--- GIVEN INFORMATION Enclosed Below ---

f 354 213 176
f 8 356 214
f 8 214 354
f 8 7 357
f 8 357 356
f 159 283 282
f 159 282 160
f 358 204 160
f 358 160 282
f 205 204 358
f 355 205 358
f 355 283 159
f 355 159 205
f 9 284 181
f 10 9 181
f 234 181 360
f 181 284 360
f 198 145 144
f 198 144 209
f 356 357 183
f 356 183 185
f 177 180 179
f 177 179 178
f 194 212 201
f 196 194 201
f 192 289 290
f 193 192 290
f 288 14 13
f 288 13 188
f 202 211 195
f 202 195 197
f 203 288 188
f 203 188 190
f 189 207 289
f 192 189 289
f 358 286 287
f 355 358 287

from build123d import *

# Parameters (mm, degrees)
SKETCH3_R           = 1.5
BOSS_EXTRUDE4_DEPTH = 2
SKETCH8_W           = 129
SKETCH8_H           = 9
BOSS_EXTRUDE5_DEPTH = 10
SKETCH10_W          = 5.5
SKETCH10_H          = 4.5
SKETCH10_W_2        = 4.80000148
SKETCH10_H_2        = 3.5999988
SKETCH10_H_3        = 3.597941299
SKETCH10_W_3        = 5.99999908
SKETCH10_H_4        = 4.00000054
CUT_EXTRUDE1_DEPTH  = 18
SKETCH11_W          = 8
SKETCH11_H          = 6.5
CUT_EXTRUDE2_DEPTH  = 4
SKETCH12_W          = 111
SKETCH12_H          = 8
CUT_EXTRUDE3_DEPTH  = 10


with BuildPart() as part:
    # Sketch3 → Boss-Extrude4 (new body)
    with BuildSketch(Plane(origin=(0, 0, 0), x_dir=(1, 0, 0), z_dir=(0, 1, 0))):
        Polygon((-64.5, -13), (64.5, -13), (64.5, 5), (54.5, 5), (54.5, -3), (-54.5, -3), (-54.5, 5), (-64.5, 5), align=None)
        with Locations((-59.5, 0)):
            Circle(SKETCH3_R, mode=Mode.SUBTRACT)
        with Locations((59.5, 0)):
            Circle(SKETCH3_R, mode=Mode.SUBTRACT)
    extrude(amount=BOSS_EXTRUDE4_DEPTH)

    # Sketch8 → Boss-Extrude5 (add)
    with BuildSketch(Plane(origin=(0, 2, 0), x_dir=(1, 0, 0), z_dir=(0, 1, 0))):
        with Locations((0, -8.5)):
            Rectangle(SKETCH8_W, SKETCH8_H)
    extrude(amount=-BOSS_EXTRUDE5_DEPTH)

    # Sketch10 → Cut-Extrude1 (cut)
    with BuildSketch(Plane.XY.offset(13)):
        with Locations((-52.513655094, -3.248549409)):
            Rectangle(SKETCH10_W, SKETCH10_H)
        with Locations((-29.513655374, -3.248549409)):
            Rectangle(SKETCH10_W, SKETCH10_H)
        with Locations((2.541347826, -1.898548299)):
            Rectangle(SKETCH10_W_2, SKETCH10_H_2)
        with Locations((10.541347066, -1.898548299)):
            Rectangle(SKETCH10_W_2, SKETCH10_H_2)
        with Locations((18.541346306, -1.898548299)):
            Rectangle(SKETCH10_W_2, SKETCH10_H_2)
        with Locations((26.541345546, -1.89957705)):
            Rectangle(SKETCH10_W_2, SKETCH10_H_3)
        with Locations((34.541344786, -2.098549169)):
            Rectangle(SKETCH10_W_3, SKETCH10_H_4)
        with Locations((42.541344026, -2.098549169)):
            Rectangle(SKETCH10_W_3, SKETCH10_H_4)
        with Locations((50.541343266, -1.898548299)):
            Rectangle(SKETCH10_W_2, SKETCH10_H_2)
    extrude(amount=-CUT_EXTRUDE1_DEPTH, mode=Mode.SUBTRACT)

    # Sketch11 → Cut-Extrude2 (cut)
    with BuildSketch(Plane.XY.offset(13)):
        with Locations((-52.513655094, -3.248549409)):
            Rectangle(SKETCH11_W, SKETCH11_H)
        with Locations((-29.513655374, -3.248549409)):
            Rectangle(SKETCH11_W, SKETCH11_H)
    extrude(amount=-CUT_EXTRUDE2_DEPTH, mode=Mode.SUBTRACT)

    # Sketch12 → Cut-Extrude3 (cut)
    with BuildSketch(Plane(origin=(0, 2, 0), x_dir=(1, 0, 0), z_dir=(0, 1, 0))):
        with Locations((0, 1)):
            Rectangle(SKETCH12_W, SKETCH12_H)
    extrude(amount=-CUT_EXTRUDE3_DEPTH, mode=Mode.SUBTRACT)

--- End of Enclosed GIVEN INFORMATION ---

- [WHAT IS EXPECTED]: Reproduce every line above. Keep it exact.

- [PROBLEM SOLUTION]:
f 354 213 176
f 8 356 214
f 8 214 354
f 8 7 357
f 8 357 356
f 159 283 282
f 159 282 160
f 358 204 160
f 358 160 282
f 205 204 358
f 355 205 358
f 355 283 159
f 355 159 205
f 9 284 181
f 10 9 181
f 234 181 360
f 181 284 360
f 198 145 144
f 198 144 209
f 356 357 183
f 356 183 185
f 177 180 179
f 177 179 178
f 194 212 201
f 196 194 201
f 192 289 290
f 193 192 290
f 288 14 13
f 288 13 188
f 202 211 195
f 202 195 197
f 203 288 188
f 203 188 190
f 189 207 289
f 192 189 289
f 358 286 287
f 355 358 287

from build123d import *

# Parameters (mm, degrees)
SKETCH3_R           = 1.5
BOSS_EXTRUDE4_DEPTH = 2
SKETCH8_W           = 129
SKETCH8_H           = 9
BOSS_EXTRUDE5_DEPTH = 10
SKETCH10_W          = 5.5
SKETCH10_H          = 4.5
SKETCH10_W_2        = 4.80000148
SKETCH10_H_2        = 3.5999988
SKETCH10_H_3        = 3.597941299
SKETCH10_W_3        = 5.99999908
SKETCH10_H_4        = 4.00000054
CUT_EXTRUDE1_DEPTH  = 18
SKETCH11_W          = 8
SKETCH11_H          = 6.5
CUT_EXTRUDE2_DEPTH  = 4
SKETCH12_W          = 111
SKETCH12_H          = 8
CUT_EXTRUDE3_DEPTH  = 10


with BuildPart() as part:
    # Sketch3 → Boss-Extrude4 (new body)
    with BuildSketch(Plane(origin=(0, 0, 0), x_dir=(1, 0, 0), z_dir=(0, 1, 0))):
        Polygon((-64.5, -13), (64.5, -13), (64.5, 5), (54.5, 5), (54.5, -3), (-54.5, -3), (-54.5, 5), (-64.5, 5), align=None)
        with Locations((-59.5, 0)):
            Circle(SKETCH3_R, mode=Mode.SUBTRACT)
        with Locations((59.5, 0)):
            Circle(SKETCH3_R, mode=Mode.SUBTRACT)
    extrude(amount=BOSS_EXTRUDE4_DEPTH)

    # Sketch8 → Boss-Extrude5 (add)
    with BuildSketch(Plane(origin=(0, 2, 0), x_dir=(1, 0, 0), z_dir=(0, 1, 0))):
        with Locations((0, -8.5)):
            Rectangle(SKETCH8_W, SKETCH8_H)
    extrude(amount=-BOSS_EXTRUDE5_DEPTH)

    # Sketch10 → Cut-Extrude1 (cut)
    with BuildSketch(Plane.XY.offset(13)):
        with Locations((-52.513655094, -3.248549409)):
            Rectangle(SKETCH10_W, SKETCH10_H)
        with Locations((-29.513655374, -3.248549409)):
            Rectangle(SKETCH10_W, SKETCH10_H)
        with Locations((2.541347826, -1.898548299)):
            Rectangle(SKETCH10_W_2, SKETCH10_H_2)
        with Locations((10.541347066, -1.898548299)):
            Rectangle(SKETCH10_W_2, SKETCH10_H_2)
        with Locations((18.541346306, -1.898548299)):
            Rectangle(SKETCH10_W_2, SKETCH10_H_2)
        with Locations((26.541345546, -1.89957705)):
            Rectangle(SKETCH10_W_2, SKETCH10_H_3)
        with Locations((34.541344786, -2.098549169)):
            Rectangle(SKETCH10_W_3, SKETCH10_H_4)
        with Locations((42.541344026, -2.098549169)):
            Rectangle(SKETCH10_W_3, SKETCH10_H_4)
        with Locations((50.541343266, -1.898548299)):
            Rectangle(SKETCH10_W_2, SKETCH10_H_2)
    extrude(amount=-CUT_EXTRUDE1_DEPTH, mode=Mode.SUBTRACT)

    # Sketch11 → Cut-Extrude2 (cut)
    with BuildSketch(Plane.XY.offset(13)):
        with Locations((-52.513655094, -3.248549409)):
            Rectangle(SKETCH11_W, SKETCH11_H)
        with Locations((-29.513655374, -3.248549409)):
            Rectangle(SKETCH11_W, SKETCH11_H)
    extrude(amount=-CUT_EXTRUDE2_DEPTH, mode=Mode.SUBTRACT)

    # Sketch12 → Cut-Extrude3 (cut)
    with BuildSketch(Plane(origin=(0, 2, 0), x_dir=(1, 0, 0), z_dir=(0, 1, 0))):
        with Locations((0, 1)):
            Rectangle(SKETCH12_W, SKETCH12_H)
    extrude(amount=-CUT_EXTRUDE3_DEPTH, mode=Mode.SUBTRACT)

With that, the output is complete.